Brian; have you started your addition?


----------



## Guest (Apr 17, 2016)

I found 2 MTHRRC Standard Gauge Lionel Corp. Tinplate Club Cars that I'd been looking for. Other treasures included meeting Lee Willis and Gunrunner John for the first time and the good fortune I had to meet and talk with Davidone about Christmas trains. I still haven't found the illusive MTH Bavarian S 3/6. Maybe I'll find it at the October York.

Emile


----------



## Guest (Apr 17, 2016)

Spence, very soon. Code enforcement guy is coming this week and we should start soon thereafter.


----------



## Norton (Nov 5, 2015)

The big prizes for me were an MTH NYC Hudson from 2001, cab number 5320 from an American Legacy set. There have been a few on eBay but way more than I was willing spend. To my amazement Grzyboski's had a set at a much lower price than either of the eBay engines and then agreed to an even lower price. Found it already had a BCR installed and runs like a champ and puts out almost as much smoke as the prototype (cough, cough, smoke off). Also found an add-on Lionel NYC heavyweight commuter coach at Nicholas Smith priced 40% below the the price on their webpage.
Steve Nelson, aka Mr Muffin, had add on MTH passenger cars at a price I couldn't refuse so ended up with a pair. Many little detail items as well for other projects. Not to mention one of Andre's water towers. All in all a fine time.

Pete


----------



## Guest (Apr 17, 2016)

My big purchase was a Railking Aerotrain (NYC) that I found at the Trainworld booth. The Aerotrain was a flop in the real world but something I've wanted for a while so I was pleased to find it. I also bought 2 Railking flat cars with vehicles, a track cleaning car, a wheel set to repair a car that had one wheel set missing, some videos and a rooftop water tank from Andre. I think that was it and I'll get pics up soon.


----------



## Lee Willis (Jan 1, 2014)

I brought home some great memories - that is all. But they are priceless. Thanks to everyone I met!


----------



## Guest (Apr 17, 2016)

Got the treasurers un-boxed this morning. 

View attachment 170970


----------



## Craignor (Jan 9, 2016)

Hello,

I found a very nice deal at York on a new Lionel Legacy ATSF E8 set at Nassau Hobbies on Thursday.:thumbsup:

Got it unboxed and on the layout this morning, great set!


----------



## Spence (Oct 15, 2015)

Passenger Train Collector said:


> Spence, very soon. Code enforcement guy is coming this week and we should start soon thereafter.

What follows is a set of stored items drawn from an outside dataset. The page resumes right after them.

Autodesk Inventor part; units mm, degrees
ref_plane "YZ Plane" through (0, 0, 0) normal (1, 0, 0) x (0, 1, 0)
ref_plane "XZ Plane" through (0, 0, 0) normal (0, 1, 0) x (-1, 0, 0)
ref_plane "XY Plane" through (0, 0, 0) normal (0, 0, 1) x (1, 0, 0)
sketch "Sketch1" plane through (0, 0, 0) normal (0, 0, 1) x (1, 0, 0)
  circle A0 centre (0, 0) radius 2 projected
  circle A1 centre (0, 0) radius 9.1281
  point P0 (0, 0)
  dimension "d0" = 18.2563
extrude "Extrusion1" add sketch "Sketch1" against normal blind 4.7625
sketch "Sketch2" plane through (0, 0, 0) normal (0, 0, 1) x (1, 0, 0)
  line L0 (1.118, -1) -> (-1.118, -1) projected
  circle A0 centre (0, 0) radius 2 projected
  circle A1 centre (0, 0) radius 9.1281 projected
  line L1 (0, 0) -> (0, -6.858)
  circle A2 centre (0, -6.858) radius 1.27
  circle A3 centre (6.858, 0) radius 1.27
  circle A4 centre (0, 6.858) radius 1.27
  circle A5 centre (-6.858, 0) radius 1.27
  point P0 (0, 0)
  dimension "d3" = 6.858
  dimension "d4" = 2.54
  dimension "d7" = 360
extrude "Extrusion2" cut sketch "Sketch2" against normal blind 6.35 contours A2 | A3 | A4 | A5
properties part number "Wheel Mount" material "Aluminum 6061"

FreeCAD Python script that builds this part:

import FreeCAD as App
import Part
import Sketcher
Q = App.Units.Quantity

doc = App.newDocument("Part")
body = doc.addObject("PartDesign::Body", "Body")

sketch1 = body.newObject("Sketcher::SketchObject", "Sketch")
sketch1.AttachmentSupport = (doc.getObject("XY_Plane"), [""])
sketch1.MapMode = "FlatFace"
sketch1.addGeometry(Part.Circle(App.Vector(0, 0, 0), App.Vector(0, 0, 1), 9.1), False)
sketch1.addGeometry(Part.Circle(App.Vector(0, 0, 0), App.Vector(0, 0, 1), 2), False)
sketch1.addConstraint(Sketcher.Constraint("Coincident", 0, 3, -1, 1))
sketch1.addConstraint(Sketcher.Constraint("Coincident", 1, 3, -1, 1))
sketch1.addConstraint(Sketcher.Constraint("Diameter", 0, Q("0.718748 in")))
sketch1.addConstraint(Sketcher.Constraint("Diameter", 1, 4.0))
pad1 = body.newObject("PartDesign::Pad", "Pad")
pad1.Profile = sketch1
pad1.Length = Q("0.1875 in")
pad1.Reversed = True

sketch2 = body.newObject("Sketcher::SketchObject", "Sketch001")
sketch2.AttachmentSupport = (doc.getObject("XY_Plane"), [""])
sketch2.MapMode = "FlatFace"
sketch2.addGeometry(Part.Circle(App.Vector(0, -6.9, 0), App.Vector(0, 0, 1), 1.3), False)
sketch2.addGeometry(Part.Circle(App.Vector(6.9, 0, 0), App.Vector(0, 0, 1), 1.3), False)
sketch2.addGeometry(Part.Circle(App.Vector(0, 6.9, 0), App.Vector(0, 0, 1), 1.3), False)
sketch2.addGeometry(Part.Circle(App.Vector(-6.9, 0, 0), App.Vector(0, 0, 1), 1.3), False)
sketch2.addConstraint(Sketcher.Constraint("Equal", 0, 1))
sketch2.addConstraint(Sketcher.Constraint("Equal", 1, 2))
sketch2.addConstraint(Sketcher.Constraint("Equal", 2, 3))
sketch2.addConstraint(Sketcher.Constraint("Symmetric", 0, 3, 2, 3, -1, 1))
sketch2.addConstraint(Sketcher.Constraint("Symmetric", 1, 3, 3, 3, -1, 1))
sketch2.addConstraint(Sketcher.Constraint("PointOnObject", 0, 3, -2))
sketch2.addConstraint(Sketcher.Constraint("PointOnObject", 1, 3, -1))
sketch2.addConstraint(Sketcher.Constraint("Diameter", 0, Q("0.1 in")))
sketch2.addConstraint(Sketcher.Constraint("DistanceY", 0, 3, -1, 1, Q("0.27 in")))
sketch2.addConstraint(Sketcher.Constraint("DistanceX", -1, 1, 1, 3, Q("0.27 in")))
pocket1 = body.newObject("PartDesign::Pocket", "Pocket")
pocket1.Profile = sketch2
pocket1.Length = Q("0.25 in")

doc.recompute()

Great, take lots of photos so we can follow the progress.


----------



## Bill Webb (Sep 14, 2015)

Got a few odds and ends including tanks, etc similar to Brian's, several items from Dave at Crescent Locomotive, and, best of all, I got Austin (age 4) safely delivered back to his Dad about 2:00 yesterday. He is the proud owner of a Lionchief + diesel switcher (1 motor).

Thanks to everyone who helped with Austin, especially Brian and Elizabeth. He already has told his Mom that he wants to go back to see his friends.


----------



## AndyH (Sep 21, 2015)

I picked up an Atlas Brach's Candies hopper, a Model Power lighted figure, a Miller Enginnering Duquesne Incline sign (made to raise funds for the TCA convention in Pittsburgh next year), a new layout video, and a set of "adult" figures from Bakers RR Shop (guys in my club hide them on their home layouts in places where kids can't see them, but an eagle-eyed adult might - I intend to carry on the tradition when I have a layout of my own  ).

My brother and I also pre-registered for October, while we were there (so much better than waiting for the online system to be activated every year).

Andy


----------



## MOVL (Aug 23, 2015)

Sounds like some nice items. Brian you know I like that clock for sure...great purchase.

Craignor, beautiful E8!


----------



## bluecomet400 (Sep 13, 2015)

Great purchases everyone!! Looks like the cash was flowing quite well. Other than the treasure of memories of another great York meet with friends (old and new), here's my big purchase of the weekend. 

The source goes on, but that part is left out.